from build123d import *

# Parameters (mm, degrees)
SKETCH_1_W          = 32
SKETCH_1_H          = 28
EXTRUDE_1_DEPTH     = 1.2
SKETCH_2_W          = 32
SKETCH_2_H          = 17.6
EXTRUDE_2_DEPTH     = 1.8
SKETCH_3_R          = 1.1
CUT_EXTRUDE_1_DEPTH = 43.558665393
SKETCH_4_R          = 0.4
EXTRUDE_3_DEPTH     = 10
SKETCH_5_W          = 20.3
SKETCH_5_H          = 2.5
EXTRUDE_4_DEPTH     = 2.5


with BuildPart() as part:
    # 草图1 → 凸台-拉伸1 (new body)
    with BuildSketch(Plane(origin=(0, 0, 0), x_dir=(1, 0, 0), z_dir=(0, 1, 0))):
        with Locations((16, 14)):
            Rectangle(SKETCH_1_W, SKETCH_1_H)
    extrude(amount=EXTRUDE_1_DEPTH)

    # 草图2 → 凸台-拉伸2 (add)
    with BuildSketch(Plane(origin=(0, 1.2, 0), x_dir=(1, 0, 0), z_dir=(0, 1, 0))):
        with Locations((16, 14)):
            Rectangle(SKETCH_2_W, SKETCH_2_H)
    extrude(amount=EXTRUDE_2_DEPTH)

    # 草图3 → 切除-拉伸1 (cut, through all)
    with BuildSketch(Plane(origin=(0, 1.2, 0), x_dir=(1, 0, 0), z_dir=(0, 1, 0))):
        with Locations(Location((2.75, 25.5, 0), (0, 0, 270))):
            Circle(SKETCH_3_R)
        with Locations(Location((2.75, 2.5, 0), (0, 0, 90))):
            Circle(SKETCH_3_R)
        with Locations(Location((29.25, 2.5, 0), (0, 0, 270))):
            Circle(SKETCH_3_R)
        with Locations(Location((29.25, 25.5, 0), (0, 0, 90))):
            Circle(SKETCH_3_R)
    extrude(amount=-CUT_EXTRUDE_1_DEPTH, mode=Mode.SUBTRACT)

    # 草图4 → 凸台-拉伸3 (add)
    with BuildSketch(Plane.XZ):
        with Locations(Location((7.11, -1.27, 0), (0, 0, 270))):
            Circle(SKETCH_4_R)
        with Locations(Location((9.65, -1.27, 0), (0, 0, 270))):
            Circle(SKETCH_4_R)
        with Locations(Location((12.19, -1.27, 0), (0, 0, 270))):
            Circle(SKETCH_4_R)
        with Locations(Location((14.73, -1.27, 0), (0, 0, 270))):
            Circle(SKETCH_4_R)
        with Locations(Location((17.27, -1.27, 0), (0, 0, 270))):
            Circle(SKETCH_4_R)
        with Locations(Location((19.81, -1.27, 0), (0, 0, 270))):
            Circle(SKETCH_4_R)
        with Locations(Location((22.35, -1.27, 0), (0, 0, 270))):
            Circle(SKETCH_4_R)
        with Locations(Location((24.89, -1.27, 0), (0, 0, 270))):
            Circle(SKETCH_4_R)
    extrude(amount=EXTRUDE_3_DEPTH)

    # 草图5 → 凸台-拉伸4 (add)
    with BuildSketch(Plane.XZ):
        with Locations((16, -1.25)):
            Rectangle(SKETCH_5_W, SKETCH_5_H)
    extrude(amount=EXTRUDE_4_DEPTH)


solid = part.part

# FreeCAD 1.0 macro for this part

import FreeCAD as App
import Part
import Sketcher
Q = App.Units.Quantity

doc = App.newDocument("Part")
params = doc.addObject("Spreadsheet::Sheet", "Params")
for row, (alias, value) in enumerate([
    ("sketch1_width", "32 mm"),
    ("sketch1_height", "28 mm"),
    ("pad1_length", "1.2 mm"),
    ("sketch2_width", "32 mm"),
    ("sketch2_height", "17.6 mm"),
    ("pad2_length", "1.8 mm"),
    ("sketch3_diameter", "2.2 mm"),
    ("sketch4_diameter", "0.8 mm"),
    ("pad3_length", "10 mm"),
    ("sketch5_width", "20.3 mm"),
    ("sketch5_height", "2.5 mm"),
    ("pad4_length", "2.5 mm"),
], start=1):
    params.set(f"A{row}", alias)
    params.set(f"B{row}", "=" + value)
    params.setAlias(f"B{row}", alias)

body = doc.addObject("PartDesign::Body", "Body")

# Sketch on XZ plane
sketch1 = body.newObject("Sketcher::SketchObject", "Sketch")
sketch1.AttachmentSupport = (doc.getObject("XZ_Plane"), [""])
sketch1.MapMode = "FlatFace"
sketch1.addGeometry(Part.LineSegment(App.Vector(0, -28, 0), App.Vector(0, 0, 0)), False)
sketch1.addGeometry(Part.LineSegment(App.Vector(0, 0, 0), App.Vector(32, 0, 0)), False)
sketch1.addGeometry(Part.LineSegment(App.Vector(32, 0, 0), App.Vector(32, -28, 0)), False)
sketch1.addGeometry(Part.LineSegment(App.Vector(32, -28, 0), App.Vector(0, -28, 0)), False)
sketch1.addConstraint(Sketcher.Constraint("Coincident", 0, 2, 1, 1))
sketch1.addConstraint(Sketcher.Constraint("Coincident", 1, 2, 2, 1))
sketch1.addConstraint(Sketcher.Constraint("Coincident", 2, 2, 3, 1))
sketch1.addConstraint(Sketcher.Constraint("Coincident", 3, 2, 0, 1))
sketch1.addConstraint(Sketcher.Constraint("Vertical", 0))
sketch1.addConstraint(Sketcher.Constraint("Horizontal", 1))
sketch1.addConstraint(Sketcher.Constraint("Vertical", 2))
sketch1.addConstraint(Sketcher.Constraint("Horizontal", 3))
sketch1.addConstraint(Sketcher.Constraint("Coincident", 0, 2, -1, 1))
sketch1.addConstraint(Sketcher.Constraint("DistanceX", 1, 1, 1, 2, Q("32 mm")))
sketch1.addConstraint(Sketcher.Constraint("DistanceY", 0, 1, 0, 2, Q("28 mm")))
sketch1.setExpression("Constraints[9]", "Params.sketch1_width")
sketch1.setExpression("Constraints[10]", "Params.sketch1_height")
pad1 = body.newObject("PartDesign::Pad", "Pad")
pad1.Profile = sketch1
pad1.setExpression("Length", "Params.pad1_length")
pad1.Reversed = True

# Sketch on XZ plane
sketch2 = body.newObject("Sketcher::SketchObject", "Sketch001")
sketch2.AttachmentSupport = (doc.getObject("XZ_Plane"), [""])
sketch2.MapMode = "FlatFace"
sketch2.AttachmentOffset = App.Placement(App.Vector(0, 0, -1.2), App.Rotation())
sketch2.addGeometry(Part.LineSegment(App.Vector(0, -23, 0), App.Vector(0, -5, 0)), False)
sketch2.addGeometry(Part.LineSegment(App.Vector(0, -5, 0), App.Vector(32, -5, 0)), False)
sketch2.addGeometry(Part.LineSegment(App.Vector(32, -5, 0), App.Vector(32, -23, 0)), False)
sketch2.addGeometry(Part.LineSegment(App.Vector(32, -23, 0), App.Vector(0, -23, 0)), False)
sketch2.addConstraint(Sketcher.Constraint("Coincident", 0, 2, 1, 1))
sketch2.addConstraint(Sketcher.Constraint("Coincident", 1, 2, 2, 1))
sketch2.addConstraint(Sketcher.Constraint("Coincident", 2, 2, 3, 1))
sketch2.addConstraint(Sketcher.Constraint("Coincident", 3, 2, 0, 1))
sketch2.addConstraint(Sketcher.Constraint("Vertical", 0))
sketch2.addConstraint(Sketcher.Constraint("Horizontal", 1))
sketch2.addConstraint(Sketcher.Constraint("Vertical", 2))
sketch2.addConstraint(Sketcher.Constraint("Horizontal", 3))
sketch2.addConstraint(Sketcher.Constraint("PointOnObject", 0, 2, -2))
sketch2.addConstraint(Sketcher.Constraint("DistanceX", 1, 1, 1, 2, Q("32 mm")))
sketch2.addConstraint(Sketcher.Constraint("DistanceY", 0, 1, 0, 2, Q("17.6 mm")))
sketch2.addConstraint(Sketcher.Constraint("DistanceY", 0, 2, -1, 1, Q("5.2 mm")))
sketch2.setExpression("Constraints[9]", "Params.sketch2_width")
sketch2.setExpression("Constraints[10]", "Params.sketch2_height")
pad2 = body.newObject("PartDesign::Pad", "Pad001")
pad2.Profile = sketch2
pad2.setExpression("Length", "Params.pad2_length")
pad2.Reversed = True

# Sketch on XZ plane
sketch3 = body.newObject("Sketcher::SketchObject", "Sketch002")
sketch3.AttachmentSupport = (doc.getObject("XZ_Plane"), [""])
sketch3.MapMode = "FlatFace"
sketch3.AttachmentOffset = App.Placement(App.Vector(0, 0, -1.2), App.Rotation())
sketch3.addGeometry(Part.Circle(App.Vector(2.8, -25.5, 0), App.Vector(0, 0, 1), 1.1), False)
sketch3.addGeometry(Part.Circle(App.Vector(2.8, -2.5, 0), App.Vector(0, 0, 1), 1.1), False)
sketch3.addGeometry(Part.Circle(App.Vector(29.2, -2.5, 0), App.Vector(0, 0, 1), 1.1), False)
sketch3.addGeometry(Part.Circle(App.Vector(29.2, -25.5, 0), App.Vector(0, 0, 1), 1.1), False)
sketch3.addConstraint(Sketcher.Constraint("Equal", 0, 1))
sketch3.addConstraint(Sketcher.Constraint("Equal", 1, 2))
sketch3.addConstraint(Sketcher.Constraint("Equal", 2, 3))
sketch3.addConstraint(Sketcher.Constraint("Horizontal", 1, 3, 2, 3))
sketch3.addConstraint(Sketcher.Constraint("Horizontal", 0, 3, 3, 3))
sketch3.addConstraint(Sketcher.Constraint("Vertical", 0, 3, 1, 3))
sketch3.addConstraint(Sketcher.Constraint("Vertical", 2, 3, 3, 3))
sketch3.addConstraint(Sketcher.Constraint("Diameter", 0, Q("2.2 mm")))
sketch3.addConstraint(Sketcher.Constraint("DistanceY", 0, 3, 1, 3, Q("23 mm")))
sketch3.addConstraint(Sketcher.Constraint("DistanceY", 0, 3, -1, 1, Q("25.5 mm")))
sketch3.addConstraint(Sketcher.Constraint("DistanceX", 1, 3, 2, 3, Q("26.5 mm")))
sketch3.addConstraint(Sketcher.Constraint("DistanceX", -1, 1, 0, 3, Q("2.75 mm")))
sketch3.setExpression("Constraints[7]", "Params.sketch3_diameter")
pocket1 = body.newObject("PartDesign::Pocket", "Pocket")
pocket1.Profile = sketch3
pocket1.Type = "ThroughAll"
pocket1.Reversed = True

# Sketch on XZ plane
sketch4 = body.newObject("Sketcher::SketchObject", "Sketch003")
sketch4.AttachmentSupport = (doc.getObject("XZ_Plane"), [""])
sketch4.MapMode = "FlatFace"
sketch4.addGeometry(Part.Circle(App.Vector(7.11, -1.27, 0), App.Vector(0, 0, 1), 0.4), False)
sketch4.addGeometry(Part.Circle(App.Vector(9.65, -1.27, 0), App.Vector(0, 0, 1), 0.4), False)
sketch4.addGeometry(Part.Circle(App.Vector(12.19, -1.27, 0), App.Vector(0, 0, 1), 0.4), False)
sketch4.addGeometry(Part.Circle(App.Vector(14.73, -1.27, 0), App.Vector(0, 0, 1), 0.4), False)
sketch4.addGeometry(Part.Circle(App.Vector(17.27, -1.27, 0), App.Vector(0, 0, 1), 0.4), False)
sketch4.addGeometry(Part.Circle(App.Vector(19.81, -1.27, 0), App.Vector(0, 0, 1), 0.4), False)
sketch4.addGeometry(Part.Circle(App.Vector(22.35, -1.27, 0), App.Vector(0, 0, 1), 0.4), False)
sketch4.addGeometry(Part.Circle(App.Vector(24.89, -1.27, 0), App.Vector(0, 0, 1), 0.4), False)
sketch4.addConstraint(Sketcher.Constraint("Equal", 0, 1))
sketch4.addConstraint(Sketcher.Constraint("Equal", 1, 2))
sketch4.addConstraint(Sketcher.Constraint("Equal", 2, 3))
sketch4.addConstraint(Sketcher.Constraint("Equal", 3, 4))
sketch4.addConstraint(Sketcher.Constraint("Equal", 4, 5))
sketch4.addConstraint(Sketcher.Constraint("Equal", 5, 6))
sketch4.addConstraint(Sketcher.Constraint("Equal", 6, 7))
sketch4.addConstraint(Sketcher.Constraint("Horizontal", 0, 3, 1, 3))
sketch4.addConstraint(Sketcher.Constraint("Horizontal", 1, 3, 2, 3))
sketch4.addConstraint(Sketcher.Constraint("Horizontal", 2, 3, 3, 3))
sketch4.addConstraint(Sketcher.Constraint("Horizontal", 3, 3, 4, 3))
sketch4.addConstraint(Sketcher.Constraint("Horizontal", 4, 3, 5, 3))
sketch4.addConstraint(Sketcher.Constraint("Horizontal", 5, 3, 6, 3))
sketch4.addConstraint(Sketcher.Constraint("Horizontal", 6, 3, 7, 3))
sketch4.addConstraint(Sketcher.Constraint("Diameter", 0, Q("0.8 mm")))
sketch4.addConstraint(Sketcher.Constraint("DistanceX", 0, 3, 5, 3, Q("12.7 mm")))
sketch4.addConstraint(Sketcher.Constraint("DistanceX", 1, 3, 6, 3, Q("12.7 mm")))
sketch4.addConstraint(Sketcher.Constraint("DistanceX", 2, 3, 7, 3, Q("12.7 mm")))
sketch4.addConstraint(Sketcher.Constraint("DistanceX", -1, 1, 0, 3, Q("7.11 mm")))
sketch4.addConstraint(Sketcher.Constraint("DistanceY", 0, 3, -1, 1, Q("1.27 mm")))
sketch4.addConstraint(Sketcher.Constraint("DistanceX", -1, 1, 1, 3, Q("9.65 mm")))
sketch4.addConstraint(Sketcher.Constraint("DistanceX", -1, 1, 2, 3, Q("12.19 mm")))
sketch4.addConstraint(Sketcher.Constraint("DistanceX", -1, 1, 3, 3, Q("14.73 mm")))
sketch4.addConstraint(Sketcher.Constraint("DistanceX", -1, 1, 4, 3, Q("17.27 mm")))
sketch4.setExpression("Constraints[14]", "Params.sketch4_diameter")
pad3 = body.newObject("PartDesign::Pad", "Pad002")
pad3.Profile = sketch4
pad3.setExpression("Length", "Params.pad3_length")

# Sketch on XZ plane
sketch5 = body.newObject("Sketcher::SketchObject", "Sketch004")
sketch5.AttachmentSupport = (doc.getObject("XZ_Plane"), [""])
sketch5.MapMode = "FlatFace"
sketch5.addGeometry(Part.LineSegment(App.Vector(5.8, 0, 0), App.Vector(5.8, -2.5, 0)), False)
sketch5.addGeometry(Part.LineSegment(App.Vector(5.8, -2.5, 0), App.Vector(26.1, -2.5, 0)), False)
sketch5.addGeometry(Part.LineSegment(App.Vector(26.1, -2.5, 0), App.Vector(26.1, 0, 0)), False)
sketch5.addGeometry(Part.LineSegment(App.Vector(26.1, 0, 0), App.Vector(5.8, 0, 0)), False)
sketch5.addConstraint(Sketcher.Constraint("Coincident", 0, 2, 1, 1))
sketch5.addConstraint(Sketcher.Constraint("Coincident", 1, 2, 2, 1))
sketch5.addConstraint(Sketcher.Constraint("Coincident", 2, 2, 3, 1))
sketch5.addConstraint(Sketcher.Constraint("Coincident", 3, 2, 0, 1))
sketch5.addConstraint(Sketcher.Constraint("Vertical", 0))
sketch5.addConstraint(Sketcher.Constraint("Horizontal", 1))
sketch5.addConstraint(Sketcher.Constraint("Vertical", 2))
sketch5.addConstraint(Sketcher.Constraint("Horizontal", 3))
sketch5.addConstraint(Sketcher.Constraint("PointOnObject", 2, 2, -1))
sketch5.addConstraint(Sketcher.Constraint("DistanceX", 1, 1, 1, 2, Q("20.3 mm")))
sketch5.addConstraint(Sketcher.Constraint("DistanceY", 0, 2, 0, 1, Q("2.5 mm")))
sketch5.addConstraint(Sketcher.Constraint("DistanceX", -1, 1, 0, 2, Q("5.85 mm")))
sketch5.setExpression("Constraints[9]", "Params.sketch5_width")
sketch5.setExpression("Constraints[10]", "Params.sketch5_height")
pad4 = body.newObject("PartDesign::Pad", "Pad003")
pad4.Profile = sketch5
pad4.setExpression("Length", "Params.pad4_length")

doc.recompute()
* * * * *
## WHAT YOU ARE ASKED TO DO
Only lines holding the word "Rectangle" belong in the answer; copy all of them from the records.

## SOLUTION BELOW
            Rectangle(SKETCH_1_W, SKETCH_1_H)
            Rectangle(SKETCH_2_W, SKETCH_2_H)
            Rectangle(SKETCH_5_W, SKETCH_5_H)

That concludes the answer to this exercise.